● DATA FOR THIS TASK
════════════════

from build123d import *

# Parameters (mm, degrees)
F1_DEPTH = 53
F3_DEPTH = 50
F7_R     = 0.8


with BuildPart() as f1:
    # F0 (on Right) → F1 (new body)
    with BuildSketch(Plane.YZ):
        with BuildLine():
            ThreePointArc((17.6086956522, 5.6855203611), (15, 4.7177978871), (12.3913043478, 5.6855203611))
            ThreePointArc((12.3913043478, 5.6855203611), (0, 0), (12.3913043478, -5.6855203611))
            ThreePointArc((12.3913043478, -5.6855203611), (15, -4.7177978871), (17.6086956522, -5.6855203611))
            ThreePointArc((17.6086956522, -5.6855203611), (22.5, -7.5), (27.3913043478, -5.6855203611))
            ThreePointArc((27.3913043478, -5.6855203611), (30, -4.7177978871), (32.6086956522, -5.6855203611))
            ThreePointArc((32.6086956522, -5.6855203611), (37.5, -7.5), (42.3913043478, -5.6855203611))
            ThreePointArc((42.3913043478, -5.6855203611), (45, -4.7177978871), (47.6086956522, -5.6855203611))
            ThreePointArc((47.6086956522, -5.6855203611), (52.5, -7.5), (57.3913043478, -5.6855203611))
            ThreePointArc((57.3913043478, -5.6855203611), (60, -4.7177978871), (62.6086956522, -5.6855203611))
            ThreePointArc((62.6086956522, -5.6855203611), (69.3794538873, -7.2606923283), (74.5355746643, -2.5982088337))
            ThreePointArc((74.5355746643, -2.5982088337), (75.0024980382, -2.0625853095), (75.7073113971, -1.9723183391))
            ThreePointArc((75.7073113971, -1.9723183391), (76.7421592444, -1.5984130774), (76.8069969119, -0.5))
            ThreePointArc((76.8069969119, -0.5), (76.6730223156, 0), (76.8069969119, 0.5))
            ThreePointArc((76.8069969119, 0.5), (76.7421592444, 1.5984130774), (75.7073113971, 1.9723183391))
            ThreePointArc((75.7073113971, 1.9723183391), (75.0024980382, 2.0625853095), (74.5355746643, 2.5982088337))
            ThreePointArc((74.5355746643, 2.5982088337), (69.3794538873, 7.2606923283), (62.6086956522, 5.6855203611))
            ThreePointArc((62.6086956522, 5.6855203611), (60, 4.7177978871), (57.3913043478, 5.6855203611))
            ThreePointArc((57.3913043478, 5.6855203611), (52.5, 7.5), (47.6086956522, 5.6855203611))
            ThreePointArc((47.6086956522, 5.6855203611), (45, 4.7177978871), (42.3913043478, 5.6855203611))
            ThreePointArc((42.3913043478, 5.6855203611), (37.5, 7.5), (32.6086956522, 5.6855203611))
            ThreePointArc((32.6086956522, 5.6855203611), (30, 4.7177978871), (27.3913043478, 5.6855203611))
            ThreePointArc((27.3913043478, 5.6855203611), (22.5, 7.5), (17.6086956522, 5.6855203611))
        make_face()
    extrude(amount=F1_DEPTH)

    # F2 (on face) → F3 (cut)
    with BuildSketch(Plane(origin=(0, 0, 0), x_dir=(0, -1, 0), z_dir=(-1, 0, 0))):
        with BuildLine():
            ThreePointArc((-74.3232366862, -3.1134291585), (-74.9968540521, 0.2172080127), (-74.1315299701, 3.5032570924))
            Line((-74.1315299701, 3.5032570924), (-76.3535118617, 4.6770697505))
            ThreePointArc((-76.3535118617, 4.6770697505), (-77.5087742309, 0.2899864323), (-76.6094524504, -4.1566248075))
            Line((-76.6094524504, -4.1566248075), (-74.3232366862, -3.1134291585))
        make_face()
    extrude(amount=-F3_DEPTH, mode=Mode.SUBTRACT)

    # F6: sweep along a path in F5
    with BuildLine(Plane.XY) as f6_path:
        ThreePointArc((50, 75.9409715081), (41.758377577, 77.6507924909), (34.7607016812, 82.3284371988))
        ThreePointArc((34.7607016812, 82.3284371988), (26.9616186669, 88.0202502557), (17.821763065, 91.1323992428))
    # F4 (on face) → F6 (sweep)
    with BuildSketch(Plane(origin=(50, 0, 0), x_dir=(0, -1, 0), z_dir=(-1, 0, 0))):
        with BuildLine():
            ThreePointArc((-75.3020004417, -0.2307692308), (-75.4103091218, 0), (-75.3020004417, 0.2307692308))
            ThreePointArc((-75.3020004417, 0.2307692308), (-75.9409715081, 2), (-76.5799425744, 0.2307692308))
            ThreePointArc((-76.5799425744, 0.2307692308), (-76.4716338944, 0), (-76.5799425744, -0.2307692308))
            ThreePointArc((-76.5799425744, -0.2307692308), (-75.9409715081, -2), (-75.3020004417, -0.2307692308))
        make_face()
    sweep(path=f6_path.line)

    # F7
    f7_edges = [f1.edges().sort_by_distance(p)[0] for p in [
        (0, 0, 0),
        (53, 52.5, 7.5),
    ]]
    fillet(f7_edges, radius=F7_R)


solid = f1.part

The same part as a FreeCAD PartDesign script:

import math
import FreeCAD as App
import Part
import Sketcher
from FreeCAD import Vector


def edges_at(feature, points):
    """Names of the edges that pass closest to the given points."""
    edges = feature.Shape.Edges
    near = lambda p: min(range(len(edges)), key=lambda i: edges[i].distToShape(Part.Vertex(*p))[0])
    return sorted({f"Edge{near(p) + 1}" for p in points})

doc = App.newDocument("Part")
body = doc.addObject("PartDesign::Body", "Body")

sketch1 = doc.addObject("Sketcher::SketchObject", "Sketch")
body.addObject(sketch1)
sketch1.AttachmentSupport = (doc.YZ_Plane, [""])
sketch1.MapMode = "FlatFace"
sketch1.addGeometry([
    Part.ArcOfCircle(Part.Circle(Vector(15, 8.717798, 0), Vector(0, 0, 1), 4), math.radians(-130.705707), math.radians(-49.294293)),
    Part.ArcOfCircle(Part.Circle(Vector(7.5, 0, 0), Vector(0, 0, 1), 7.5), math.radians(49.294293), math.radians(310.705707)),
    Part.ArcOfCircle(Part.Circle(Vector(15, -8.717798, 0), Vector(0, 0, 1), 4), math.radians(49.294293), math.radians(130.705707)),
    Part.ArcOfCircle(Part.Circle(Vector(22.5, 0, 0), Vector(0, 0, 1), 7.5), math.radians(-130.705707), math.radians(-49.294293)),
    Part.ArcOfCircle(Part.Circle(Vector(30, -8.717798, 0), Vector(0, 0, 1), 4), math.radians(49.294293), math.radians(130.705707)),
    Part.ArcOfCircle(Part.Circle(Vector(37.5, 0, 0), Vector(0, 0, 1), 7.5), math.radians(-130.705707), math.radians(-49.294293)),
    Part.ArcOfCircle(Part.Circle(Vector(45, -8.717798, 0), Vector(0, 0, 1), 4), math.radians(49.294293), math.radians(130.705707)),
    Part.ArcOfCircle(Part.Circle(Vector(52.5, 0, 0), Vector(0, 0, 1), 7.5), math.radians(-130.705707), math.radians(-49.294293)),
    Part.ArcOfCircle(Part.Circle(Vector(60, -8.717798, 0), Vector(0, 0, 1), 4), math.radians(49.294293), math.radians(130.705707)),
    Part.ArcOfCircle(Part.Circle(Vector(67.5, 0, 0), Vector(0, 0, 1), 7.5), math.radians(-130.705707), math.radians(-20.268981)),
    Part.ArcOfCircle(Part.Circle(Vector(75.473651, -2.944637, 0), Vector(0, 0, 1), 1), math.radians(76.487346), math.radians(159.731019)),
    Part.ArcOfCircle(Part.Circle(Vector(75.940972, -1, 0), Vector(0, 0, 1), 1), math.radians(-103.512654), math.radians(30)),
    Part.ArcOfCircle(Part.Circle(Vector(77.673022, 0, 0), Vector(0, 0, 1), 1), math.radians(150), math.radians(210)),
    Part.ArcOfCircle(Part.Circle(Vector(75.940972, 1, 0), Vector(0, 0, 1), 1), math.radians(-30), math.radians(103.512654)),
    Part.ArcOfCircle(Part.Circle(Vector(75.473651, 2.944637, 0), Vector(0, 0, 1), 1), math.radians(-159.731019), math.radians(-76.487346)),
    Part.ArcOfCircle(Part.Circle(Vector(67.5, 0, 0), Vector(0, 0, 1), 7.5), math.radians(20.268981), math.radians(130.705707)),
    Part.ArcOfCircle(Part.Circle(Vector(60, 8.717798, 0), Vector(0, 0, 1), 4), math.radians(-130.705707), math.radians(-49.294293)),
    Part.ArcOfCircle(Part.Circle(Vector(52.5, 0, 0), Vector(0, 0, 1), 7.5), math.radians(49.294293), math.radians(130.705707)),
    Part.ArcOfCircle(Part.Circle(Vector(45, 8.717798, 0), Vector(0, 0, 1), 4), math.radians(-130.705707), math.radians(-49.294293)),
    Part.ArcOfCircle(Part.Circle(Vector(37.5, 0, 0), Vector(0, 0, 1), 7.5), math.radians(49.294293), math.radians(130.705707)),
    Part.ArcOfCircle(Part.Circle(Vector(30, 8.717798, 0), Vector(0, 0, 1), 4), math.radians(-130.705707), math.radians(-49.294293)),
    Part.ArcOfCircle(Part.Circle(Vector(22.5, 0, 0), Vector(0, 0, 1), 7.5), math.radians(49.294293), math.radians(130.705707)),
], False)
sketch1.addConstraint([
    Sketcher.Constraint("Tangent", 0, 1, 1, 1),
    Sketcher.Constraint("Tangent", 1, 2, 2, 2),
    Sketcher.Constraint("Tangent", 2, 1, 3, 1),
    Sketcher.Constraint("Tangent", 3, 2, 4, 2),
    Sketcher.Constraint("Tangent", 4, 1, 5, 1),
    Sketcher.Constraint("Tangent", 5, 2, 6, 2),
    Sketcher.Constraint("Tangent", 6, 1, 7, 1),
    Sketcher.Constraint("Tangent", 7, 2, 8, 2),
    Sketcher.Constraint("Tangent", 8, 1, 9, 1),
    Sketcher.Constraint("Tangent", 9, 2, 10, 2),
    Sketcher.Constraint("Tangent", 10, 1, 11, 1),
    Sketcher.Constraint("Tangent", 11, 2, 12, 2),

════════════════

● TASK GOAL
From the line containing "7.5), (47.6086956522, 5.6855203611))" down to the line containing "77.6507924909), (34.7607016812, 82.3284371988))" in the material above, reproduce every line exactly, including the two end lines.

● ANSWER
            ThreePointArc((57.3913043478, 5.6855203611), (52.5, 7.5), (47.6086956522, 5.6855203611))
            ThreePointArc((47.6086956522, 5.6855203611), (45, 4.7177978871), (42.3913043478, 5.6855203611))
            ThreePointArc((42.3913043478, 5.6855203611), (37.5, 7.5), (32.6086956522, 5.6855203611))
            ThreePointArc((32.6086956522, 5.6855203611), (30, 4.7177978871), (27.3913043478, 5.6855203611))
            ThreePointArc((27.3913043478, 5.6855203611), (22.5, 7.5), (17.6086956522, 5.6855203611))
        make_face()
    extrude(amount=F1_DEPTH)

    # F2 (on face) → F3 (cut)
    with BuildSketch(Plane(origin=(0, 0, 0), x_dir=(0, -1, 0), z_dir=(-1, 0, 0))):
        with BuildLine():
            ThreePointArc((-74.3232366862, -3.1134291585), (-74.9968540521, 0.2172080127), (-74.1315299701, 3.5032570924))
            Line((-74.1315299701, 3.5032570924), (-76.3535118617, 4.6770697505))
            ThreePointArc((-76.3535118617, 4.6770697505), (-77.5087742309, 0.2899864323), (-76.6094524504, -4.1566248075))
            Line((-76.6094524504, -4.1566248075), (-74.3232366862, -3.1134291585))
        make_face()
    extrude(amount=-F3_DEPTH, mode=Mode.SUBTRACT)

    # F6: sweep along a path in F5
    with BuildLine(Plane.XY) as f6_path:
        ThreePointArc((50, 75.9409715081), (41.758377577, 77.6507924909), (34.7607016812, 82.3284371988))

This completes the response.